In 1981, Shulman's first book - Seder ha-korot ba-Chumash (The Sequence of Events in the Pentateuch) – was published by the Israeli Ministry of Defense Publishing House. His second book - Seder Ha'korot be'TaNaKh (The Sequence of Events in the Old Testament) was published in 1984. This book was translated into English, Spanish and Russian. Eliezer Shulman continued research, concentrating on certain biblical narratives, working through the individual books of Talmud, Rashi commentaries, works of Josephus Flavius, publishing 12 books. His last book - "Semites, Jews, Israelites, Jews" - was published posthumously.

== Bibliography ==
- Seder ha-korot ba-Chumash (The Sequence of Events in the Pentateuch). Hebrew. Tel-Aviv: Israeli Ministry of Defense Publishing House, 1981.
- Seder ha-korot ba-TaNaKh (The Sequence of Events in the Old Testament). Hebrew. Tel-Aviv: Israeli Ministry of Defense Publishing House, 1984 (Six editions in Hebrew between 2000 and 2005).

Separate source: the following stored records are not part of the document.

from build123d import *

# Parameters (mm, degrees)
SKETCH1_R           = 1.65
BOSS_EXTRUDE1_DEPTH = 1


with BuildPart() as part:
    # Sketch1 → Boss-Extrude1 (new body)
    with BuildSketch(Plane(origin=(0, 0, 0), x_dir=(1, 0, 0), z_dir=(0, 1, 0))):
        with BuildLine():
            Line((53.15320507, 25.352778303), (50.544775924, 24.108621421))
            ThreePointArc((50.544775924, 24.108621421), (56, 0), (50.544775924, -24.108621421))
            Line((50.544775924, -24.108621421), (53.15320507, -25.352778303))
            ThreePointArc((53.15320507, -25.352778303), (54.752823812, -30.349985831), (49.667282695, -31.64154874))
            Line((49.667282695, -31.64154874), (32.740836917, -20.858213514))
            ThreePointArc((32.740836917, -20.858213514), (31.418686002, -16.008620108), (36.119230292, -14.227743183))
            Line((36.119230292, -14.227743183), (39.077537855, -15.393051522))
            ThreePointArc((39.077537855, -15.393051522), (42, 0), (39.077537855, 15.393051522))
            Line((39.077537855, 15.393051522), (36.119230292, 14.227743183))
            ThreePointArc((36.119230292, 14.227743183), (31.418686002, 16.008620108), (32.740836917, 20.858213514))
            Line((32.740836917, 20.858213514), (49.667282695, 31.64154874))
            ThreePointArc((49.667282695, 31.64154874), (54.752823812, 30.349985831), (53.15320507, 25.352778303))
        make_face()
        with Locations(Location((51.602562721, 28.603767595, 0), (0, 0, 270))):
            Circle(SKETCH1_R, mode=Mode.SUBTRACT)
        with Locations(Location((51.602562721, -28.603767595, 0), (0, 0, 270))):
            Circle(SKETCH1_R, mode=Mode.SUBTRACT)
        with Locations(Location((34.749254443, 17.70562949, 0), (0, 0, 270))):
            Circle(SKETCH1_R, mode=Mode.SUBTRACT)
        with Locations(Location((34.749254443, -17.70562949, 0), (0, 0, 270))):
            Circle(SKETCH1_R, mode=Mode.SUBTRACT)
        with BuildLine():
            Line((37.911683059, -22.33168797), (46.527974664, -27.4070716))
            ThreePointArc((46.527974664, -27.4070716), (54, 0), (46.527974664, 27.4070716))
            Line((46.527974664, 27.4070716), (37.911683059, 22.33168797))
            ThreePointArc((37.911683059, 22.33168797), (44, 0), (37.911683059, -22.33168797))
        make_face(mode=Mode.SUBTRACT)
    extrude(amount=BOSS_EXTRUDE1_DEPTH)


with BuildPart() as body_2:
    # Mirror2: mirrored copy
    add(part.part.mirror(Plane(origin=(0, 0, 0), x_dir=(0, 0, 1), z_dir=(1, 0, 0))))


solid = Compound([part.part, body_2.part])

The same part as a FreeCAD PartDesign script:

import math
import FreeCAD as App
import Part
import Sketcher
from FreeCAD import Vector
Q = App.Units.Quantity

doc = App.newDocument("Part")
params = doc.addObject("Spreadsheet::Sheet", "Params")
for row, (alias, value) in enumerate([
    ("sketch1_radius", "42 mm"),
    ("sketch1_radius2", "56 mm"),
    ("sketch1_radius3", "44 mm"),
    ("sketch1_radius4", "54 mm"),
    ("sketch1_diameter", "3.3 mm"),
    ("pad1_length", "1 mm"),
], start=1):
    params.set(f"A{row}", alias)
    params.set(f"B{row}", "=" + value)
    params.setAlias(f"B{row}", alias)

body = doc.addObject("PartDesign::Body", "Body")

# Sketch on XZ plane
sketch1 = doc.addObject("Sketcher::SketchObject", "Sketch")
body.addObject(sketch1)
sketch1.AttachmentSupport = (doc.XZ_Plane, [""])
sketch1.MapMode = "FlatFace"
sketch1.addGeometry(Part.LineSegment(Vector(50.5, -24.1, 0), Vector(53.2, -25.4, 0)), False)
sketch1.addGeometry(Part.ArcOfCircle(Part.Circle(Vector(51.6, -28.6, 0), Vector(0, 0, 1), 3.6), math.radians(-122), math.radians(65)), False)
sketch1.addGeometry(Part.LineSegment(Vector(49.7, -31.6, 0), Vector(32.7, -20.9, 0)), False)
sketch1.addGeometry(Part.ArcOfCircle(Part.Circle(Vector(34.7, -17.7, 0), Vector(0, 0, 1), 3.7), math.radians(69), math.radians(237)), False)
sketch1.addGeometry(Part.LineSegment(Vector(36.1, -14.2, 0), Vector(39.1, -15.4, 0)), False)
sketch1.addGeometry(Part.ArcOfCircle(Part.Circle(Vector(0, 0, 0), Vector(0, 0, 1), 42), math.radians(-22), math.radians(22)), False)
sketch1.addGeometry(Part.LineSegment(Vector(39.1, 15.4, 0), Vector(36.1, 14.2, 0)), False)
sketch1.addGeometry(Part.ArcOfCircle(Part.Circle(Vector(34.7, 17.7, 0), Vector(0, 0, 1), 3.7), math.radians(123), math.radians(291)), False)
sketch1.addGeometry(Part.LineSegment(Vector(32.7, 20.9, 0), Vector(49.7, 31.6, 0)), False)
sketch1.addGeometry(Part.ArcOfCircle(Part.Circle(Vector(51.6, 28.6, 0), Vector(0, 0, 1), 3.6), math.radians(-65), math.radians(122)), False)
sketch1.addGeometry(Part.LineSegment(Vector(53.2, 25.4, 0), Vector(50.5, 24.1, 0)), False)
sketch1.addGeometry(Part.ArcOfCircle(Part.Circle(Vector(0, 0, 0), Vector(0, 0, 1), 56), math.radians(-25), math.radians(25)), False)
sketch1.addGeometry(Part.Circle(Vector(51.6, 28.6, 0), Vector(0, 0, 1), 1.6), False)
sketch1.addGeometry(Part.Circle(Vector(34.7, 17.7, 0), Vector(0, 0, 1), 1.6), False)
sketch1.addGeometry(Part.ArcOfCircle(Part.Circle(Vector(0, 0, 0), Vector(0, 0, 1), 44), math.radians(-31), math.radians(31)), False)
sketch1.addGeometry(Part.LineSegment(Vector(37.9, -22.3, 0), Vector(46.5, -27.4, 0)), False)
sketch1.addGeometry(Part.ArcOfCircle(Part.Circle(Vector(0, 0, 0), Vector(0, 0, 1), 54), math.radians(-30), math.radians(30)), False)
sketch1.addGeometry(Part.LineSegment(Vector(46.5, 27.4, 0), Vector(37.9, 22.3, 0)), False)
sketch1.addGeometry(Part.Circle(Vector(51.6, -28.6, 0), Vector(0, 0, 1), 1.6), False)
sketch1.addGeometry(Part.Circle(Vector(34.7, -17.7, 0), Vector(0, 0, 1), 1.6), False)
sketch1.addConstraint(Sketcher.Constraint("Tangent", 0, 2, 1, 2))
sketch1.addConstraint(Sketcher.Constraint("Tangent", 1, 1, 2, 1))
sketch1.addConstraint(Sketcher.Constraint("Tangent", 2, 2, 3, 2))
sketch1.addConstraint(Sketcher.Constraint("Tangent", 3, 1, 4, 1))
sketch1.addConstraint(Sketcher.Constraint("Coincident", 4, 2, 5, 1))
sketch1.addConstraint(Sketcher.Constraint("Coincident", 5, 2, 6, 1))
sketch1.addConstraint(Sketcher.Constraint("Tangent", 6, 2, 7, 2))
sketch1.addConstraint(Sketcher.Constraint("Tangent", 7, 1, 8, 1))
sketch1.addConstraint(Sketcher.Constraint("Tangent", 8, 2, 9, 2))
sketch1.addConstraint(Sketcher.Constraint("Tangent", 9, 1, 10, 1))
sketch1.addConstraint(Sketcher.Constraint("Coincident", 10, 2, 11, 2))
sketch1.addConstraint(Sketcher.Constraint("Coincident", 11, 1, 0, 1))
sketch1.addConstraint(Sketcher.Constraint("Coincident", 14, 1, 15, 1))
sketch1.addConstraint(Sketcher.Constraint("Coincident", 15, 2, 16, 1))
sketch1.addConstraint(Sketcher.Constraint("Coincident", 16, 2, 17, 1))
sketch1.addConstraint(Sketcher.Constraint("Coincident", 17, 2, 14, 2))
sketch1.addConstraint(Sketcher.Constraint("Coincident", 5, 3, -1, 1))
sketch1.addConstraint(Sketcher.Constraint("Coincident", 11, 3, -1, 1))
sketch1.addConstraint(Sketcher.Constraint("Coincident", 14, 3, -1, 1))
sketch1.addConstraint(Sketcher.Constraint("Coincident", 16, 3, -1, 1))
sketch1.addConstraint(Sketcher.Constraint("Coincident", 12, 3, 9, 3))
sketch1.addConstraint(Sketcher.Constraint("Coincident", 13, 3, 7, 3))
sketch1.addConstraint(Sketcher.Constraint("Coincident", 18, 3, 1, 3))
sketch1.addConstraint(Sketcher.Constraint("Coincident", 19, 3, 3, 3))
sketch1.addConstraint(Sketcher.Constraint("Equal", 3, 7))
sketch1.addConstraint(Sketcher.Constraint("Equal", 1, 9))
sketch1.addConstraint(Sketcher.Constraint("Equal", 12, 13))
sketch1.addConstraint(Sketcher.Constraint("Equal", 13, 18))
sketch1.addConstraint(Sketcher.Constraint("Equal", 18, 19))
sketch1.addConstraint(Sketcher.Constraint("Symmetric", 3, 3, 7, 3, -1))
sketch1.addConstraint(Sketcher.Constraint("Symmetric", 1, 3, 9, 3, -1))
sketch1.addConstraint(Sketcher.Constraint("Vertical", 4, 2, 5, 2))
sketch1.addConstraint(Sketcher.Constraint("Vertical", 0, 2, 9, 1))
sketch1.addConstraint(Sketcher.Constraint("Vertical", 15, 2, 16, 2))
sketch1.addConstraint(Sketcher.Constraint("Vertical", 14, 1, 17, 2))
sketch1.addConstraint(Sketcher.Constraint("Radius", 5, 42.0))
sketch1.addConstraint(Sketcher.Constraint("Radius", 11, 56.0))
sketch1.addConstraint(Sketcher.Constraint("Radius", 14, 44.0))
sketch1.addConstraint(Sketcher.Constraint("Radius", 16, 54.0))
sketch1.addConstraint(Sketcher.Constraint("Diameter", 12, 3.3))
sketch1.addConstraint(Sketcher.Constraint("Angle", 0, Q("-25.5 deg")))
sketch1.addConstraint(Sketcher.Constraint("Angle", 2, Q("147.5 deg")))
sketch1.addConstraint(Sketcher.Constraint("Angle", 4, Q("-21.5 deg")))
sketch1.addConstraint(Sketcher.Constraint("Angle", 15, Q("-30.5 deg")))
sketch1.addConstraint(Sketcher.Constraint("Radius", 1, 3.601864))
sketch1.addConstraint(Sketcher.Constraint("Radius", 3, 3.737984))
sketch1.addConstraint(Sketcher.Constraint("Distance", 2, 20.069501))
sketch1.addConstraint(Sketcher.Constraint("DistanceX", 2, 2, 4, 2, 6.336701))
sketch1.addConstraint(Sketcher.Constraint("DistanceX", 15, 2, 11, 1, 4.016801))
sketch1.addConstraint(Sketcher.Constraint("DistanceY", 3, 3, -1, 1, 17.705629))
sketch1.setExpression("Constraints[35]", "Params.sketch1_radius")
sketch1.setExpression("Constraints[36]", "Params.sketch1_radius2")
sketch1.setExpression("Constraints[37]", "Params.sketch1_radius3")
sketch1.setExpression("Constraints[38]", "Params.sketch1_radius4")
sketch1.setExpression("Constraints[39]", "Params.sketch1_diameter")
pad1 = doc.addObject("PartDesign::Pad", "Pad")
body.addObject(pad1)
pad1.Profile = sketch1
pad1.setExpression("Length", "Params.pad1_length")
pad1.Reversed = True
body2 = doc.addObject("PartDesign::Body", "Body001")
doc.recompute()

mirroring = doc.addObject("Part::Mirroring", "Mirroring")
mirroring.Source = body
mirroring.Base = Vector(0, 0, 0)
mirroring.Normal = Vector(1, 0, 0)
body2.BaseFeature = mirroring
doc.recompute()
mirroring.Visibility = False

doc.recompute()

- “Последовательность Cобытий в Библии” (genealogical charts, graphs and maps). Russian translation, Jerusalem, 1986. Reprinted in Tel Aviv by the Israeli Ministry of Defense Publishing House, 1990.

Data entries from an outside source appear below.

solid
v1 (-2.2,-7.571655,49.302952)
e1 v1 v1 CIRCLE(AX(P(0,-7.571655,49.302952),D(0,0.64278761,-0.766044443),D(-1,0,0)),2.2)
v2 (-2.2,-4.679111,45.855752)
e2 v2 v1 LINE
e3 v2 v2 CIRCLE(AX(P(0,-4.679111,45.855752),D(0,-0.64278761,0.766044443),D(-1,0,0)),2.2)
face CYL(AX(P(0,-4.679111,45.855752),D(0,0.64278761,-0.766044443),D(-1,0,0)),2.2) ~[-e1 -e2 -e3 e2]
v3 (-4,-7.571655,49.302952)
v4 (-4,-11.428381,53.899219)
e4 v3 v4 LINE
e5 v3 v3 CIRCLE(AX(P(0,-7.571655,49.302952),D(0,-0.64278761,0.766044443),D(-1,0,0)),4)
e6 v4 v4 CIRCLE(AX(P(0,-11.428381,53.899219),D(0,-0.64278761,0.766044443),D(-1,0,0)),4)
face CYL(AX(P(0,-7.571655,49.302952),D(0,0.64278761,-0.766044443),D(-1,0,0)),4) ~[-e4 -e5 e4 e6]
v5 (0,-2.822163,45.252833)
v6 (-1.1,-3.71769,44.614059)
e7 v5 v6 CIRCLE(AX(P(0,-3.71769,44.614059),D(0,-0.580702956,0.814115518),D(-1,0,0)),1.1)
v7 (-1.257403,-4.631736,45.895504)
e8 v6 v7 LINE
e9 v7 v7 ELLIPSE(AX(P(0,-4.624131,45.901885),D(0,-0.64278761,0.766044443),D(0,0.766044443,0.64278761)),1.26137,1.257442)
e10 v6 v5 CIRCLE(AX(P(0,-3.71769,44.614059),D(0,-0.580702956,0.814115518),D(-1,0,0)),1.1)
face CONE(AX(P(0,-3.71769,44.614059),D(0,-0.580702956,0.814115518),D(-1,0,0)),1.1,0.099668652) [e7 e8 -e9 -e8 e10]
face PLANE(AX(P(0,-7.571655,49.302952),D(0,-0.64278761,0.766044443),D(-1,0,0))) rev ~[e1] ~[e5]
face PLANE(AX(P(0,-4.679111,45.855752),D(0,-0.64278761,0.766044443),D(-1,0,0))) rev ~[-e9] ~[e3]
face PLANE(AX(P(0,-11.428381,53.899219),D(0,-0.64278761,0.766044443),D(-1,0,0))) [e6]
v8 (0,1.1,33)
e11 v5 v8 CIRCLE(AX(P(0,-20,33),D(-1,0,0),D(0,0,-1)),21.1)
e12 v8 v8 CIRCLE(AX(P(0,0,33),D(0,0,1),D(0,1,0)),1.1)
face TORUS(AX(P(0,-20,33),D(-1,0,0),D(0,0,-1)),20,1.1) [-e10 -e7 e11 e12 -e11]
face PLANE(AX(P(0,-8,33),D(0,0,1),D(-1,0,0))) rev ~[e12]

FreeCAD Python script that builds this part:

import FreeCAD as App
import Part
import Sketcher
Q = App.Units.Quantity


def add_polygon(sketch, points):
    """Adds a closed chain of lines whose ends are joined by coincident constraints."""
    first, n = sketch.GeometryCount, len(points)
    for a, b in zip(points, points[1:] + points[:1]):
        sketch.addGeometry(Part.LineSegment(App.Vector(*a, 0), App.Vector(*b, 0)), False)
    for i in range(n):
        sketch.addConstraint(Sketcher.Constraint("Coincident", first + i, 2, first + (i + 1) % n, 1))

doc = App.newDocument("Part")
body = doc.addObject("PartDesign::Body", "Body")

# Sketch on XZ plane
sketch1 = body.newObject("Sketcher::SketchObject", "Sketch")
sketch1.AttachmentSupport = (doc.getObject("XZ_Plane"), [""])
sketch1.MapMode = "FlatFace"
add_polygon(sketch1, [(0, 0), (1.1, 0), (1.3, 2), (0, 2)])  # lines 0-3
sketch1.addConstraint(Sketcher.Constraint("Horizontal", 0))
sketch1.addConstraint(Sketcher.Constraint("Horizontal", 2))
sketch1.addConstraint(Sketcher.Constraint("Vertical", 3))
sketch1.addConstraint(Sketcher.Constraint("Coincident", 3, 2, -1, 1))
sketch1.addConstraint(Sketcher.Constraint("DistanceY", 3, 2, 3, 1, Q("2 mm")))
sketch1.addConstraint(Sketcher.Constraint("DistanceX", 0, 1, 0, 2, Q("1.1 mm")))
sketch1.addConstraint(Sketcher.Constraint("DistanceX", 2, 2, 2, 1, Q("1.3 mm")))
revolution = body.newObject("PartDesign::Revolution", "Revolution")
revolution.Profile = sketch1
revolution.ReferenceAxis = (sketch1, ["V_Axis"])
revolution.Angle = 360
body2 = doc.addObject("PartDesign::Body", "Body001")
doc.recompute()

body.Placement = App.Placement(App.Vector(0, 0, 0), App.Rotation(App.Vector(1, 0, 0), 324.5))
boolean = body2.newObject("PartDesign::Boolean", "Boolean")
boolean.Type = "Fuse"
boolean.addObjects([body])
body3 = doc.addObject("PartDesign::Body", "Body002")
doc.recompute()

body2.Placement = App.Placement(App.Vector(0, 3.71769, 11.614059), App.Rotation(App.Vector(0, 0, 1), 0))
boolean2 = body3.newObject("PartDesign::Boolean", "Boolean001")
boolean2.Type = "Fuse"
boolean2.addObjects([body2])
body4 = doc.addObject("PartDesign::Body", "Body003")

# Sketch on XY plane
sketch2 = body4.newObject("Sketcher::SketchObject", "Sketch001")
sketch2.AttachmentSupport = (doc.getObject("XY_Plane003"), [""])
sketch2.MapMode = "FlatFace"
add_polygon(sketch2, [(0, 24), (0, 0), (10, 0), (10, 24)])  # lines 0-3
sketch2.addConstraint(Sketcher.Constraint("Vertical", 0))
sketch2.addConstraint(Sketcher.Constraint("Horizontal", 1))
sketch2.addConstraint(Sketcher.Constraint("Vertical", 2))
sketch2.addConstraint(Sketcher.Constraint("Horizontal", 3))
sketch2.addConstraint(Sketcher.Constraint("Coincident", 0, 2, -1, 1))
sketch2.addConstraint(Sketcher.Constraint("DistanceX", 1, 1, 1, 2, Q("10 mm")))
sketch2.addConstraint(Sketcher.Constraint("DistanceY", 0, 2, 0, 1, Q("24 mm")))
pad1 = body4.newObject("PartDesign::Pad", "Pad")
pad1.Profile = sketch2
pad1.Length = 22
body5 = doc.addObject("PartDesign::Body", "Body004")
doc.recompute()

body4.Placement = App.Placement(App.Vector(0, 0, 0), App.Rotation(App.Vector(1, 0, 0), 324.5))
boolean3 = body5.newObject("PartDesign::Boolean", "Boolean002")
boolean3.Type = "Fuse"
boolean3.addObjects([body4])
body6 = doc.addObject("PartDesign::Body", "Body005")
doc.recompute()

body5.Placement = App.Placement(App.Vector(-5, 0.461228, 13.936871), App.Rotation(App.Vector(0, 0, 1), 0))
boolean4 = body6.newObject("PartDesign::Boolean", "Boolean003")
boolean4.Type = "Fuse"
boolean4.addObjects([body5])
body7 = doc.addObject("PartDesign::Body", "Body006")

# Sketch on XY plane
sketch3 = body7.newObject("Sketcher::SketchObject", "Sketch002")
sketch3.AttachmentSupport = (doc.getObject("XY_Plane006"), [""])
sketch3.MapMode = "FlatFace"
add_polygon(sketch3, [(-5, 20), (-5, -4), (5, -4), (5, 20)])  # lines 0-3
sketch3.addConstraint(Sketcher.Constraint("Vertical", 0))
sketch3.addConstraint(Sketcher.Constraint("Horizontal", 1))
sketch3.addConstraint(Sketcher.Constraint("Vertical", 2))
sketch3.addConstraint(Sketcher.Constraint("Horizontal", 3))
sketch3.addConstraint(Sketcher.Constraint("DistanceX", 1, 1, 1, 2, Q("10 mm")))
sketch3.addConstraint(Sketcher.Constraint("DistanceY", 0, 2, 0, 1, Q("24 mm")))
sketch3.addConstraint(Sketcher.Constraint("DistanceX", 0, 2, -1, 1, Q("5 mm")))
sketch3.addConstraint(Sketcher.Constraint("DistanceY", 0, 2, -1, 1, Q("4 mm")))
pad2 = body7.newObject("PartDesign::Pad", "Pad001")
pad2.Profile = sketch3
pad2.Length = 22
body8 = doc.addObject("PartDesign::Body", "Body007")

# Sketch on XZ plane
sketch4 = body8.newObject("Sketcher::SketchObject", "Sketch003")
sketch4.AttachmentSupport = (doc.getObject("XZ_Plane007"), [""])
sketch4.MapMode = "FlatFace"
sketch4.addGeometry(Part.Circle(App.Vector(20, 0, 0), App.Vector(0, 0, 1), 1.1), False)
sketch4.addConstraint(Sketcher.Constraint("PointOnObject", 0, 3, -1))
sketch4.addConstraint(Sketcher.Constraint("Diameter", 0, Q("2.2 mm")))
sketch4.addConstraint(Sketcher.Constraint("DistanceX", -1, 1, 0, 3, Q("20 mm")))
revolution2 = body8.newObject("PartDesign::Revolution", "Revolution001")
revolution2.Profile = sketch4
revolution2.ReferenceAxis = (sketch4, ["V_Axis"])
revolution2.Angle = 360
body9 = doc.addObject("PartDesign::Body", "Body008")
doc.recompute()

body8.Placement = App.Placement(App.Vector(0, 0, 0), App.Rotation(App.Vector(0, 1, 0), 90))
boolean5 = body9.newObject("PartDesign::Boolean", "Boolean004")
boolean5.Type = "Fuse"
boolean5.addObjects([body8])
body10 = doc.addObject("PartDesign::Body", "Body009")
doc.recompute()

body9.Placement = App.Placement(App.Vector(0, 20, 0), App.Rotation(App.Vector(0, 0, 1), 0))
boolean6 = body10.newObject("PartDesign::Boolean", "Boolean005")
boolean6.Type = "Fuse"
boolean6.addObjects([body9])
doc.recompute()

boolean7 = body10.newObject("PartDesign::Boolean", "Boolean006")
boolean7.Type = "Common"
boolean7.addObjects([body7])
doc.recompute()

boolean8 = body10.newObject("PartDesign::Boolean", "Boolean007")
boolean8.Type = "Cut"
boolean8.addObjects([body6])
body11 = doc.addObject("PartDesign::Body", "Body010")

# Sketch on XY plane
sketch5 = body11.newObject("Sketcher::SketchObject", "Sketch004")
sketch5.AttachmentSupport = (doc.getObject("XY_Plane010"), [""])
sketch5.MapMode = "FlatFace"
sketch5.addGeometry(Part.Circle(App.Vector(0, 0, 0), App.Vector(0, 0, 1), 4), False)
sketch5.addConstraint(Sketcher.Constraint("Coincident", 0, 3, -1, 1))
sketch5.addConstraint(Sketcher.Constraint("Diameter", 0, Q("8 mm")))
pad3 = body11.newObject("PartDesign::Pad", "Pad002")
pad3.Profile = sketch5
pad3.Length = 6
body12 = doc.addObject("PartDesign::Body", "Body011")
doc.recompute()

body11.Placement = App.Placement(App.Vector(0, 0, 0), App.Rotation(App.Vector(1, 0, 0), 320))
boolean9 = body12.newObject("PartDesign::Boolean", "Boolean008")
boolean9.Type = "Fuse"
boolean9.addObjects([body11])
body13 = doc.addObject("PartDesign::Body", "Body012")
doc.recompute()

body12.Placement = App.Placement(App.Vector(0, 7.571655, 16.302952), App.Rotation(App.Vector(0, 0, 1), 0))
boolean10 = body13.newObject("PartDesign::Boolean", "Boolean009")
boolean10.Type = "Fuse"
boolean10.addObjects([body12])
body14 = doc.addObject("PartDesign::Body", "Body013")

# Sketch on XY plane
sketch6 = body14.newObject("Sketcher::SketchObject", "Sketch005")
sketch6.AttachmentSupport = (doc.getObject("XY_Plane013"), [""])
sketch6.MapMode = "FlatFace"
sketch6.addGeometry(Part.Circle(App.Vector(0, 0, 0), App.Vector(0, 0, 1), 2.2), False)
sketch6.addConstraint(Sketcher.Constraint("Coincident", 0, 3, -1, 1))
sketch6.addConstraint(Sketcher.Constraint("Diameter", 0, Q("4.4 mm")))
pad4 = body14.newObject("PartDesign::Pad", "Pad003")
pad4.Profile = sketch6
pad4.Length = 10
body15 = doc.addObject("PartDesign::Body", "Body014")
doc.recompute()

body14.Placement = App.Placement(App.Vector(0, 0, 0), App.Rotation(App.Vector(1, 0, 0), 320))
boolean11 = body15.newObject("PartDesign::Boolean", "Boolean010")
boolean11.Type = "Fuse"
boolean11.addObjects([body14])
body16 = doc.addObject("PartDesign::Body", "Body015")
doc.recompute()

body15.Placement = App.Placement(App.Vector(0, 4.679111, 12.855752), App.Rotation(App.Vector(0, 0, 1), 0))
boolean12 = body16.newObject("PartDesign::Boolean", "Boolean011")
boolean12.Type = "Fuse"
boolean12.addObjects([body15])
doc.recompute()

boolean13 = body16.newObject("PartDesign::Boolean", "Boolean012")
boolean13.Type = "Fuse"
boolean13.addObjects([body3])
doc.recompute()

boolean14 = body16.newObject("PartDesign::Boolean", "Boolean013")
boolean14.Type = "Fuse"
boolean14.addObjects([body10])
doc.recompute()

boolean15 = body16.newObject("PartDesign::Boolean", "Boolean014")
boolean15.Type = "Fuse"
boolean15.addObjects([body13])
body17 = doc.addObject("PartDesign::Body", "Body016")
doc.recompute()

body16.Placement = App.Placement(App.Vector(0, 0, 33), App.Rotation(App.Vector(0, 0, 1), 180))
boolean16 = body17.newObject("PartDesign::Boolean", "Boolean015")
boolean16.Type = "Fuse"
boolean16.addObjects([body16])

doc.recompute()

- Mistorey Amalek (Mysteries of Amalek), 1986.
- The Sequence of Events in the Old Testament. Genealogical charts, graphs and maps. English translation. Lynbrook, NY, Gefen Books, 1987. Reprinted by Gefen Books, 1990 and 1994; by Lambda Publishers, Inc. Brooklyn, NY, 2003.
- Secuencia de los acontecimientos en la Biblia. Spanish translation. Tel-Aviv: Israeli Ministry of Defense Publishing House, 1989.
- Haggadat Esther - Galut Bavel ve'Shivat Tzion (Story of Esther – Babylonian Exile and Return to Zion). Hebrew. Tel-Aviv: Israeli Ministry of Defense Publishing House, 1990. Reprinted in 2000.
- Kadmonyot Josephus Flavius keneged ha'TaNaKh (Antiquities by Flavius Josephus vs. the TaNaKh), Hebrew. 1995.
- Seder ha-korot ba-Talmud (The Sequence of Events in Talmud — Tractate Megillah), Hebrew. 1998.
- Seder Olam Rabba l'hitna Rabbi Josie bar Halafta (Biblical Chronology – Seder Olam Rabba – according to Rabbi Yose bar Halafta). Hebrew. Jerusalem, Mofet, 1999.
- Seder Shmitot ve-Yovlot (The Sequence of Land Sabbath and Jubilee Years), 2000.
- Seder ha-korot ba-TaNaKh lefi Rashi (The Sequence of Events in TaNaKh according to Rashi), Hebrew. 2001.
- Seder ha-korot ba-Talmud (The Sequence of events in the Talmud), Hebrew. 2003.
- Ein mukdam u-meuhar ba-TaNaKh (No Concept of "earlier" and "later" in TaNaKh), Hebrew. 2005.
- HaShemim, HaHivrim, Benei Israel ve-Hay-Yehudim (Semites, Hebrews, Israelites and Jews), Hebrew. 2008.